The code will be very simple. We will pass the ticker of any company of our interest and the outcome will be an amazing short summary of the earnings call.

Photo by Karolina Grabowska on Pexels.com

Why to Analyse Company Earning Calls

Company earning calls is one of the main sources of information to understand how businesses are doing and what are expectations for next quarters.

Company earning calls are publicly available. Normally, we can visit the website of the company and dial in to the call to hear what management has to say. Earnings call are normally scheduled the same day that company earnings are publicly released. The structure of the call is simple, management gives an overview of the last quarter operations and future guidance. In addition, journalists are able to ask questions about the business to the top management.

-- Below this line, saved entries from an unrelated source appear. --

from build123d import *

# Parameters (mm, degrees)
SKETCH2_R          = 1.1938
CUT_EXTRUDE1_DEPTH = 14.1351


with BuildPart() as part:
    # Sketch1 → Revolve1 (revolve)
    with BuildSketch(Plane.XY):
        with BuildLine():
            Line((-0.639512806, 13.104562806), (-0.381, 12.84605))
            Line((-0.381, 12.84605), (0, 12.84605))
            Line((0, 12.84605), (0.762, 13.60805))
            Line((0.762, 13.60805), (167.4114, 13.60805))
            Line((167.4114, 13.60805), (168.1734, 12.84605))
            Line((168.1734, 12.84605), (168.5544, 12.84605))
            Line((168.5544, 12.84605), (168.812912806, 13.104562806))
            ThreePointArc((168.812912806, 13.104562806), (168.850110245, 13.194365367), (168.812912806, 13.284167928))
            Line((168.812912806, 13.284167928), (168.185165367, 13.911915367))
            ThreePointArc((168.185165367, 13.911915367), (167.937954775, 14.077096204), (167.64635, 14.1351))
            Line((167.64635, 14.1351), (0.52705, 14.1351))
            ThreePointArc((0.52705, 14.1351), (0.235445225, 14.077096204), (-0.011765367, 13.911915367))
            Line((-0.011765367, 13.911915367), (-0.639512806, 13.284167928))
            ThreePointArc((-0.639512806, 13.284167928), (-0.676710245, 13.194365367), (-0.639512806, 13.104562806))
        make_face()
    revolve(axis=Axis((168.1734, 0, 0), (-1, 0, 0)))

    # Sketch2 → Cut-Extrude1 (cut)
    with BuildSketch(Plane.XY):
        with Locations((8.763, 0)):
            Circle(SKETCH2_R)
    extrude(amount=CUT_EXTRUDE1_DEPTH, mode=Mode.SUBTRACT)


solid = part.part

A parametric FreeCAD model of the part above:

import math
import FreeCAD as App
import Part
import Sketcher

V = App.Vector
Q = App.Units.Quantity

doc = App.newDocument("Part")
body = doc.addObject("PartDesign::Body", "Body")

# Sketch on XY plane
sketch1 = body.newObject("Sketcher::SketchObject", "Sketch")
sketch1.AttachmentSupport = (doc.getObject("XY_Plane"), [""])
sketch1.MapMode = "FlatFace"
sketch1.addGeometry([
    Part.LineSegment(V(-0.639513, 13.104563, 0), V(-0.381, 12.84605, 0)),  # 0
    Part.LineSegment(V(-0.381, 12.84605, 0), V(0, 12.84605, 0)),  # 1
    Part.LineSegment(V(0, 12.84605, 0), V(0.762, 13.60805, 0)),  # 2
    Part.LineSegment(V(0.762, 13.60805, 0), V(167.4114, 13.60805, 0)),  # 3
    Part.LineSegment(V(167.4114, 13.60805, 0), V(168.1734, 12.84605, 0)),  # 4
    Part.LineSegment(V(168.1734, 12.84605, 0), V(168.5544, 12.84605, 0)),  # 5
    Part.LineSegment(V(168.5544, 12.84605, 0), V(168.812913, 13.104563, 0)),  # 6
    Part.ArcOfCircle(Part.Circle(V(168.72311, 13.194365, 0), V(0, 0, 1), 0.127), math.radians(-45), math.radians(45)),  # 7
    Part.LineSegment(V(168.812913, 13.284168, 0), V(168.185165, 13.911915, 0)),  # 8
    Part.ArcOfCircle(Part.Circle(V(167.64635, 13.3731, 0), V(0, 0, 1), 0.762), math.radians(45), math.radians(90)),  # 9
    Part.LineSegment(V(167.64635, 14.1351, 0), V(0.52705, 14.1351, 0)),  # 10
    Part.ArcOfCircle(Part.Circle(V(0.52705, 13.3731, 0), V(0, 0, 1), 0.762), math.radians(90), math.radians(135)),  # 11
    Part.LineSegment(V(-0.011765, 13.911915, 0), V(-0.639513, 13.284168, 0)),  # 12
    Part.ArcOfCircle(Part.Circle(V(-0.54971, 13.194365, 0), V(0, 0, 1), 0.127), math.radians(135), math.radians(225)),  # 13
], False)
sketch1.addConstraint([
    Sketcher.Constraint("Coincident", 0, 2, 1, 1),
    Sketcher.Constraint("Coincident", 1, 2, 2, 1),
    Sketcher.Constraint("Coincident", 2, 2, 3, 1),
    Sketcher.Constraint("Coincident", 3, 2, 4, 1),
    Sketcher.Constraint("Coincident", 4, 2, 5, 1),
    Sketcher.Constraint("Coincident", 5, 2, 6, 1),
    Sketcher.Constraint("Tangent", 6, 2, 7, 1),
    Sketcher.Constraint("Tangent", 7, 2, 8, 1),
    Sketcher.Constraint("Tangent", 8, 2, 9, 1),
    Sketcher.Constraint("Tangent", 9, 2, 10, 1),
    Sketcher.Constraint("Tangent", 10, 2, 11, 1),
    Sketcher.Constraint("Tangent", 11, 2, 12, 1),
    Sketcher.Constraint("Tangent", 12, 2, 13, 1),
    Sketcher.Constraint("Tangent", 13, 2, 0, 1),
    Sketcher.Constraint("Horizontal", 1),
    Sketcher.Constraint("Horizontal", 3),
    Sketcher.Constraint("Horizontal", 5),
    Sketcher.Constraint("Horizontal", 10),
    Sketcher.Constraint("Equal", 9, 11),
    Sketcher.Constraint("Equal", 7, 13),
    Sketcher.Constraint("PointOnObject", 1, 2, -2),
    Sketcher.Constraint("Perpendicular", 0, 2),
    Sketcher.Constraint("Perpendicular", 2, 4),
    Sketcher.Constraint("Perpendicular", 4, 6),
    Sketcher.Constraint("Perpendicular", 6, 8),
    Sketcher.Constraint("Perpendicular", 8, 12),
    Sketcher.Constraint("Horizontal", 7, 3, 13, 3),
    Sketcher.Constraint("Horizontal", 1, 2, 4, 2),
    Sketcher.Constraint("Horizontal", 8, 2, 11, 2),
    Sketcher.Constraint("Equal", 1, 5),
    Sketcher.Constraint("Radius", 9, Q("0.03 in")),
    Sketcher.Constraint("Radius", 7, Q("0.005 in")),
    Sketcher.Constraint("DistanceX", 1, 1, 1, 2, Q("0.015 in")),
    Sketcher.Constraint("DistanceX", 3, 1, 3, 2, Q("6.561 in")),
    Sketcher.Constraint("DistanceX", -1, 1, 2, 2, Q("0.03 in")),
    Sketcher.Constraint("DistanceX", 10, 2, 10, 1, Q("6.5795 in")),
    Sketcher.Constraint("DistanceY", -1, 1, 9, 3, Q("0.5265 in")),
    Sketcher.Constraint("Distance", 8, 0.887769),
])
revolution = body.newObject("PartDesign::Revolution", "Revolution")
revolution.Profile = sketch1
revolution.ReferenceAxis = (sketch1, ["H_Axis"])
revolution.Angle = 360

# Sketch on XY plane
sketch2 = body.newObject("Sketcher::SketchObject", "Sketch001")
sketch2.AttachmentSupport = (doc.getObject("XY_Plane"), [""])
sketch2.MapMode = "FlatFace"
sketch2.addGeometry(Part.Circle(V(8.763, 0, 0), V(0, 0, 1), 1.1938), False)
sketch2.addConstraint([
    Sketcher.Constraint("PointOnObject", 0, 3, -1),
    Sketcher.Constraint("Diameter", 0, Q("0.094 in")),
    Sketcher.Constraint("DistanceX", -1, 1, 0, 3, Q("0.345 in")),
])
pocket1 = body.newObject("PartDesign::Pocket", "Pocket")
pocket1.Profile = sketch2
pocket1.Length = Q("0.5565 in")
pocket1.Reversed = True

doc.recompute()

They are quite insightful to listen to. However, it may be time consuming to go through the whole call, especially, if we are interested in multiple companies.

Therefore, what we will do in this post is to automate the analysis of company earning calls using Python.

How can Python help to Analyse Company Earning Calls?

With Python, we are not only able to perform quantitative analysis as we learnt in my previous posts. Among other things, we can, for example, use natural language processing in order to analyse linguistic structure or perform sentiment analysis.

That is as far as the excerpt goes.